Um novo sistema de microscópio óptico denominado microscopia óptica funcional baseada em estimulação e imagem (SIFOM) pode estimular várias células simultaneamente por meio de um método holográfico e monitorar a atividade celular após a estimulação usando medições 3-D baseadas em holografia de fluorescência. Este sistema tem aplicações potenciais como uma ferramenta para a reconstrução de vias nervosas perdidas, construir redes neurais artificiais, e desenvolvimento de recursos alimentares. O conceito do SIFOM e a verificação de viabilidade foram publicados no dia 1º de novembro em Cartas de Óptica .

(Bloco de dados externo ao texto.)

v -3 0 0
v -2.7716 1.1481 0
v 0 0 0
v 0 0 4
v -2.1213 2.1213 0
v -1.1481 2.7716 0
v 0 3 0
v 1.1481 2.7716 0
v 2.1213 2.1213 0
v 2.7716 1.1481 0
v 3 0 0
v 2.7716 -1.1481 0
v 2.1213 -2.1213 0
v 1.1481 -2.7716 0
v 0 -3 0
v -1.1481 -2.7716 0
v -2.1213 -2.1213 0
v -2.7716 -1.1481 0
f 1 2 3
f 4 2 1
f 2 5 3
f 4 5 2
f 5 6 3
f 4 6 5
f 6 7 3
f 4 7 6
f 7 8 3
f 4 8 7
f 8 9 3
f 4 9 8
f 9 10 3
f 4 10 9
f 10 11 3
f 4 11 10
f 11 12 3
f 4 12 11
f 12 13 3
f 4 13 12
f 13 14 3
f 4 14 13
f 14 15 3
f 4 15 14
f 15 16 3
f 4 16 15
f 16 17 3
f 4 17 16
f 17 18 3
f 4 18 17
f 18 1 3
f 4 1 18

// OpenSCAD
// profile touching the axis: a cone
rotate_extrude($fn = 16) polygon([[0, 0], [3, 0], [0, 4]]);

Existem muitas técnicas ópticas, incluindo microscopia de contraste de fase, Microscópio Fluorescente, microscopia multi-fótons e microscopia de fluorescência super-resolvida. Avanços recentes na tecnologia óptica permitiram aos cientistas visualizar a estrutura ultrafina das células e suas funções in vitro e in vivo. Os pesquisadores agora podem usar a luz para manipular a atividade celular, uma técnica chamada optogenética, usando canalrodopsina ou outras proteínas relacionadas (ver figura 1). Contudo, a atual estimulação de luz baseada na optogenética usada para manipular a atividade celular é muito simples, usando exposição uniforme por LED ou através de fibras ópticas, portanto, apenas um baixo nível de manipulação celular é possível.

Este estudo propõe um novo sistema de microscópio óptico denominado SIFOM (figura 2). O SIFOM consiste em duas subfunções:observação 3-D de células e estimulação 3-D de células com base em holografia digital. Este é o primeiro microscópio a ser equipado com tecnologia que pode realizar simultaneamente observação e estimulação 3D, e tem aplicações potenciais como uma ferramenta inovadora nas ciências da vida. Usando fotografia sem digitalização de alta velocidade, essa tecnologia possibilita obter informações sobre vários eventos que ocorrem no espaço 3-D em um período de tempo muito curto.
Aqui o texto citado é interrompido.